The idea of combining markers to increase the purity of subpopulations for CSCs was utilised by Ginestier et al. who showed that the combination of CD44+CD24-/low and ALDEFLUOR activity enabled the isolation of cells able to form tumours in NOD/SCID mice from as few as 20 cells, compared to 500 cells when sorted by ALDEFLUOR activity alone [3]. Based on this finding, Neumeister et al. set out to establish the significance of combined CSC marker expression by investigating the expression of CD44 and ALDH1A1 in a cohort of 639 primary breast tumours [17]. They found no association with survival when they analysed the markers separately, but found the combination of the two markers to be an independent predictor of outcome [17]. Along these lines, we generated a score representing the sum of the dichotomised scores for all four markers. We found that this score was an independent prognostic factor in ER- disease.
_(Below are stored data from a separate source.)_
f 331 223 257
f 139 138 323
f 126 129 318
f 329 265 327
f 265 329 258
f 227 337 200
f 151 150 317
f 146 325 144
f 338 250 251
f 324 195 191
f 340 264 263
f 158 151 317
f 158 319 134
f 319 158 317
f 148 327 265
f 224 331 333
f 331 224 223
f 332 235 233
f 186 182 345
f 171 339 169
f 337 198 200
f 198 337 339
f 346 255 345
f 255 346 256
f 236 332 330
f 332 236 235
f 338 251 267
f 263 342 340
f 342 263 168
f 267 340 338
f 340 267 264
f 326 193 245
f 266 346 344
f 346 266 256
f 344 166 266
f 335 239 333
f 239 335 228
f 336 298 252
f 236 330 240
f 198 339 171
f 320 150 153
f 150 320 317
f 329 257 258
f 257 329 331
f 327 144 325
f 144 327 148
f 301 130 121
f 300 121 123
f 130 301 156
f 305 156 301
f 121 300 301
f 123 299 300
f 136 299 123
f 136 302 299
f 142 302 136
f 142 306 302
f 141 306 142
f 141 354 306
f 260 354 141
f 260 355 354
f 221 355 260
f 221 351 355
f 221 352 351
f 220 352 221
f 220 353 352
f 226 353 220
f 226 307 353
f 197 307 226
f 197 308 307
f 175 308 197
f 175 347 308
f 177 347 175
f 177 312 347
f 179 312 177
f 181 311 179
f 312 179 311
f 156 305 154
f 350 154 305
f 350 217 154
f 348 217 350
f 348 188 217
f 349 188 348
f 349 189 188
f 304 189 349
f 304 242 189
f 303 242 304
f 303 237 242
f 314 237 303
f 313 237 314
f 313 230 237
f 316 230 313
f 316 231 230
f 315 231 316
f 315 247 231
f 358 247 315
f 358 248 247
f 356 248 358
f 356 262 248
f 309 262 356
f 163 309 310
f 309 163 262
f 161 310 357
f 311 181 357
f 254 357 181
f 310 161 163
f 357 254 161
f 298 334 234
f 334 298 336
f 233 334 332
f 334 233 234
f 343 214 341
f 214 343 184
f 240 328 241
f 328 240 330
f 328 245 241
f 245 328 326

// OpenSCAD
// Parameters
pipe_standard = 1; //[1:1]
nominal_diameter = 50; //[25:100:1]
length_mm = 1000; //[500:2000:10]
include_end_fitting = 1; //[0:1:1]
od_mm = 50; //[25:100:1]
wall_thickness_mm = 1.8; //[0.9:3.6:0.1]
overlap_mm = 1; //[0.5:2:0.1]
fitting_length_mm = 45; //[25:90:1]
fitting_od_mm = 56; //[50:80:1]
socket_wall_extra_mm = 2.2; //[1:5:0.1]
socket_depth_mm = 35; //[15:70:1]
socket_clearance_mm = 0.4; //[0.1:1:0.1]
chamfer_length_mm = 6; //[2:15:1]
In summary, we have investigated the expression of putative CSC markers in a large cohort of primary breast carcinomas, treating ER+ and ER- tumours as distinct entities. We found that the patterns of association with clinical and molecular characteristics are different between CSC markers but that all markers were strongly associated with negative ER status. CSC markers did not carry significant prognostic value in ER+ tumours; therefore, additional markers enabling IHC quantification of CSCs in ER+ tumours (75 to 80% of all breast cancers) are required. In ER- disease, although only ITGA6 retained independent prognostic significance, a composite score representing expression of all four markers was the most powerful predictor of outcome. Based on our findings and in the absence of more specific CSC markers, we propose that it may be necessary to utilise a panel of CSC markers in order to effectively translate knowledge of CSCs into patient benefit.